21 de Maio, 2024 14h05mAgricultura por Redação Integrada Rádio Cidade de Ibirubá e Jornal O Alto Jacuí

Colheita de Soja no RS: Emater-RS Recomenda Abandono de Lavouras Não Colhidas

Emater de Ibirubá divulga dados da safra local

De acordo com o Informativo Conjuntural da Emater-RS divulgado na quinta-feira (16), a colheita de soja no estado do Rio Grande do Sul alcançou 85%, avançando 7 pontos percentuais na última semana. No entanto, esse número está abaixo do registrado no mesmo período do ano passado, que era de 91%, e também inferior à média das últimas cinco safras, que é de 95%.

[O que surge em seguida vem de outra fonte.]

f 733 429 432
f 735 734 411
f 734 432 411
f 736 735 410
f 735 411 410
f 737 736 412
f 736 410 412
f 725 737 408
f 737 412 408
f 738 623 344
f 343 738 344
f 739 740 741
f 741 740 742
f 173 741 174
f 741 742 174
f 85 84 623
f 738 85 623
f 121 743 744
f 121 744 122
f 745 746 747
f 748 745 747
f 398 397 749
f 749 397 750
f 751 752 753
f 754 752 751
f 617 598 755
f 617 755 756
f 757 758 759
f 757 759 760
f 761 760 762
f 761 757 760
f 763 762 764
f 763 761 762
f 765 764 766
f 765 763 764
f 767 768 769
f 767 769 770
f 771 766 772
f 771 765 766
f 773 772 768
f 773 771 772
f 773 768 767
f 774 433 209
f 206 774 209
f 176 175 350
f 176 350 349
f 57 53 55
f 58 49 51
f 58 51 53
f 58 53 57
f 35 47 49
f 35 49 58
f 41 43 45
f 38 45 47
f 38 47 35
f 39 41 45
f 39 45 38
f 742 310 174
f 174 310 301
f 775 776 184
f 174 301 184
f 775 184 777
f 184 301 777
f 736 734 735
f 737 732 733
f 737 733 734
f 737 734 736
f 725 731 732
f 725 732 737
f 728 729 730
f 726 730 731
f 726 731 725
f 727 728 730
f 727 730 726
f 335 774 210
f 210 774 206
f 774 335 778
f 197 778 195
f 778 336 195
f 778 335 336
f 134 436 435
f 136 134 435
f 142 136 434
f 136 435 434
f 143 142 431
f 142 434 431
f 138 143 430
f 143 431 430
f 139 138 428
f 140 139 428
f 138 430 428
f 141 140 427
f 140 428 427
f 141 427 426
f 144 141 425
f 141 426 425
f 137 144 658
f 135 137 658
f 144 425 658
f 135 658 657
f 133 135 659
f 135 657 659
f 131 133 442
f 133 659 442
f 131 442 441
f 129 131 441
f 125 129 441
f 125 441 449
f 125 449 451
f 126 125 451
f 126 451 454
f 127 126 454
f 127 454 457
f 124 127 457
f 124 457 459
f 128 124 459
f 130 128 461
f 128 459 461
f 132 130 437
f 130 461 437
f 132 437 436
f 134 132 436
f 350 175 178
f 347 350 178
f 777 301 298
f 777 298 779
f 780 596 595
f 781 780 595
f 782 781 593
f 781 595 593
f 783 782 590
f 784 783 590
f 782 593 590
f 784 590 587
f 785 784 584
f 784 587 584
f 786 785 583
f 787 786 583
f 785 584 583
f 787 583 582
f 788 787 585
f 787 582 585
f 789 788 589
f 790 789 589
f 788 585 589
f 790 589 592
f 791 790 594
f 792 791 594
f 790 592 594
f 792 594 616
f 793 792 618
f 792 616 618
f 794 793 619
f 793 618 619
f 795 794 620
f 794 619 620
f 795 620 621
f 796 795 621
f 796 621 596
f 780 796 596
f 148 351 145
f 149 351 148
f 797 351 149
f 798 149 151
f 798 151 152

Prejuízos por Excesso de Chuvas
As chuvas excessivas desde o final de abril causaram grandes prejuízos nas lavouras restantes, que representam 24% da área total de plantio no estado. As perdas nas regiões Centro, Sul e Oeste do Rio Grande do Sul variam entre 20% e 100%, impactando severamente a viabilidade econômica da colheita.

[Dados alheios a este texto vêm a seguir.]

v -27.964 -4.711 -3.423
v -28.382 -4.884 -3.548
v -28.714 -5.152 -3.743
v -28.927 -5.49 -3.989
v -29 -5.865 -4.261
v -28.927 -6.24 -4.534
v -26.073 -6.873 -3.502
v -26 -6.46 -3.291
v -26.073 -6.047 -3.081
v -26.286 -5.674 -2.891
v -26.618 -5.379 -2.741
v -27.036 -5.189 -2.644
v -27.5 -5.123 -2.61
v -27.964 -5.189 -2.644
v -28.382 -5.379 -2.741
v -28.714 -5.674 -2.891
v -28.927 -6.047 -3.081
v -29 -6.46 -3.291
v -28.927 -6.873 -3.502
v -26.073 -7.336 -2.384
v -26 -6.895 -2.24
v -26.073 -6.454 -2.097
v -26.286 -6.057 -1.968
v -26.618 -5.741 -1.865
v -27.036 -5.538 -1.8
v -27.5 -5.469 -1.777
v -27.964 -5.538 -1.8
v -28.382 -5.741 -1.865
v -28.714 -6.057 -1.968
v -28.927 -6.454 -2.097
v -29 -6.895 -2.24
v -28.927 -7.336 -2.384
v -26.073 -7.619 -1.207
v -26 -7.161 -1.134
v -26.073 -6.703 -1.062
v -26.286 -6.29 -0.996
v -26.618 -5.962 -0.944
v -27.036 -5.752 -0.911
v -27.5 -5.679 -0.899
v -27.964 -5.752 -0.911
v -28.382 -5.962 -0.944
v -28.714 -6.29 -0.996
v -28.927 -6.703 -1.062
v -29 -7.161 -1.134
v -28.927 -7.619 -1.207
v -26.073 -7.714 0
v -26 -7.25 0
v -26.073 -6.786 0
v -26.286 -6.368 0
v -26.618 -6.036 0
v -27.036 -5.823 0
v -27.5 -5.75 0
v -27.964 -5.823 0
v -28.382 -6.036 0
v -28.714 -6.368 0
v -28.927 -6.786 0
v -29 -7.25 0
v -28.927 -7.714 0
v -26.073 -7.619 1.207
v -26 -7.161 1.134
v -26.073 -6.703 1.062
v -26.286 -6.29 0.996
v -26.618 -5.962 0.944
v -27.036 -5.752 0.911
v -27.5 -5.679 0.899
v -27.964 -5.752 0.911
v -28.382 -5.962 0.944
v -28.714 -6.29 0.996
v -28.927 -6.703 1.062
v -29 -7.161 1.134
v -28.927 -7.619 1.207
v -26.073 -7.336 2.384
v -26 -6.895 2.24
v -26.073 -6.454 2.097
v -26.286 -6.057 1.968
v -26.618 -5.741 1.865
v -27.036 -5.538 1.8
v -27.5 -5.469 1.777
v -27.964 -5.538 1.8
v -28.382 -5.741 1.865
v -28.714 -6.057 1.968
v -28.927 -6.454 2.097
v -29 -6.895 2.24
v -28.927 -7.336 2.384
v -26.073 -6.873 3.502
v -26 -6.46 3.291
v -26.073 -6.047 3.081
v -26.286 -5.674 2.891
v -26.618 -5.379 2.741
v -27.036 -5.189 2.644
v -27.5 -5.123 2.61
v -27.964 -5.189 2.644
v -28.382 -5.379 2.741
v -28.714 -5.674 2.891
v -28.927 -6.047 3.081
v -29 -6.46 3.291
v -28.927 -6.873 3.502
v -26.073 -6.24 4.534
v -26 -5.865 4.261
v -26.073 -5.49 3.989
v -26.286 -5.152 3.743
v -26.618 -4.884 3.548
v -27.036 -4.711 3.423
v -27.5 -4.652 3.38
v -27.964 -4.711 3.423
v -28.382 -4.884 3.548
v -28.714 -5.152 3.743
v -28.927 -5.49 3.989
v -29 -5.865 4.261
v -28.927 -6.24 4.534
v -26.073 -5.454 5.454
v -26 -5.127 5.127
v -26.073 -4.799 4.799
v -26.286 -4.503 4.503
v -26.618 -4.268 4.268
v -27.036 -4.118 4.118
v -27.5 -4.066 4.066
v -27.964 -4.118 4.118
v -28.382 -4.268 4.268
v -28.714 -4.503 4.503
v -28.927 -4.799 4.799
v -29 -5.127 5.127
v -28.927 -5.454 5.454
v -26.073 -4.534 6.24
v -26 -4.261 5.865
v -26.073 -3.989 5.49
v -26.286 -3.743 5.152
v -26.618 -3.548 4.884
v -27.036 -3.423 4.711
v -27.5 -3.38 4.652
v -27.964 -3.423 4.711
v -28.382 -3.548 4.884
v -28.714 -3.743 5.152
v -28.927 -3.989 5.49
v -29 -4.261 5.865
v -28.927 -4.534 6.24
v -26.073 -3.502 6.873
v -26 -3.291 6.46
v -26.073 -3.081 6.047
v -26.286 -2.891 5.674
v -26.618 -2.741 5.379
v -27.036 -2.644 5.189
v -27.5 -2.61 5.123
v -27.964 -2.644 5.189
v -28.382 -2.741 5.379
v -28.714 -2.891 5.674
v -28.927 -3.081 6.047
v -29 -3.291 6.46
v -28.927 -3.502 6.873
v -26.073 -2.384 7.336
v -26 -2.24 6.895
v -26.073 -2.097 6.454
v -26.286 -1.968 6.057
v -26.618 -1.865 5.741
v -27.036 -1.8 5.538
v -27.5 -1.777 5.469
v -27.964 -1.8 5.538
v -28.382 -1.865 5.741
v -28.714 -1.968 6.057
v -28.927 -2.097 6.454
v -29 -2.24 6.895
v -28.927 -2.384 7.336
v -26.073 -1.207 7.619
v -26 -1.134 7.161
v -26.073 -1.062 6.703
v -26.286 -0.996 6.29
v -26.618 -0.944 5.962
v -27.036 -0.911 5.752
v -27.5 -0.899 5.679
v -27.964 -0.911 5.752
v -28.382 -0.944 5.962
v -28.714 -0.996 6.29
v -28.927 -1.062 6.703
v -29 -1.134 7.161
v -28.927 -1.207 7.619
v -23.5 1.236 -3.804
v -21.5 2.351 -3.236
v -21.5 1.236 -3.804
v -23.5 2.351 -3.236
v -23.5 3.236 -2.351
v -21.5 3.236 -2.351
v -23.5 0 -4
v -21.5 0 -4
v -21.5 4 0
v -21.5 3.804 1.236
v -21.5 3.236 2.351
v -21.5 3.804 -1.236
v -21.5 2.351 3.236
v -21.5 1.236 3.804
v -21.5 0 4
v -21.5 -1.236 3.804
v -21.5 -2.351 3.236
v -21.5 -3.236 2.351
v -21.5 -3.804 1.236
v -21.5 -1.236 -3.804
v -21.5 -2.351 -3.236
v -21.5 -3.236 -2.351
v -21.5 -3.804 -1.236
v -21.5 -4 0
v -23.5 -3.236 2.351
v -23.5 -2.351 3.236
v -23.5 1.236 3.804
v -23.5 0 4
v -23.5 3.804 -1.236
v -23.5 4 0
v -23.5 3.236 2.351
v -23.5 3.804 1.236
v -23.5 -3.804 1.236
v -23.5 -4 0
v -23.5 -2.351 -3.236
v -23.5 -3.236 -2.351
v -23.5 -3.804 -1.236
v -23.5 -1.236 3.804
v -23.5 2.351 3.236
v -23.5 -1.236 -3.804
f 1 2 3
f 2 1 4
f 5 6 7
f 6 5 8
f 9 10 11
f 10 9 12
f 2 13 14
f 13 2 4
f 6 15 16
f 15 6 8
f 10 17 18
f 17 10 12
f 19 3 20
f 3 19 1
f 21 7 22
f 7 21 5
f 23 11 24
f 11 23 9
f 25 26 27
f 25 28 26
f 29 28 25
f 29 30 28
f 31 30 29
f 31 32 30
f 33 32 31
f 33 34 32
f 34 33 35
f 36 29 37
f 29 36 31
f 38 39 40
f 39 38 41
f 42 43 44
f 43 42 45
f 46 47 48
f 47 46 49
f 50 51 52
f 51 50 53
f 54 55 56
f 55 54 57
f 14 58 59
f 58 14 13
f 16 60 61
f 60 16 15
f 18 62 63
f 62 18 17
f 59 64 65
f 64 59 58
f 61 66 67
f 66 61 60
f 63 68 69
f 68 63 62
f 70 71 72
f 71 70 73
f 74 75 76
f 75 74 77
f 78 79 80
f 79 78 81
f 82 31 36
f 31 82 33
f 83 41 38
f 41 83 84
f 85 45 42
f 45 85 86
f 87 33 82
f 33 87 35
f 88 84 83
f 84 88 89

“Os prejuízos serão maiores nas regiões Centro, Sul e Oeste do Rio Grande do Sul, onde grandes extensões ainda não haviam sido colhidas. Diante dessas perdas significativas, os produtores estão acionando o seguro agrícola”, afirma o documento da Emater-RS.
Renegociação de Dívidas
Para os produtores sem seguro agrícola, a alternativa será renegociar dívidas com cerealistas e outros financiadores, postergando a quitação para períodos futuros. A estimativa inicial de produtividade de soja era de 3.329 kg/ha (55,4 sacas por hectare), mas essa projeção deverá ser revisada para baixo devido às perdas nas áreas ainda não colhidas.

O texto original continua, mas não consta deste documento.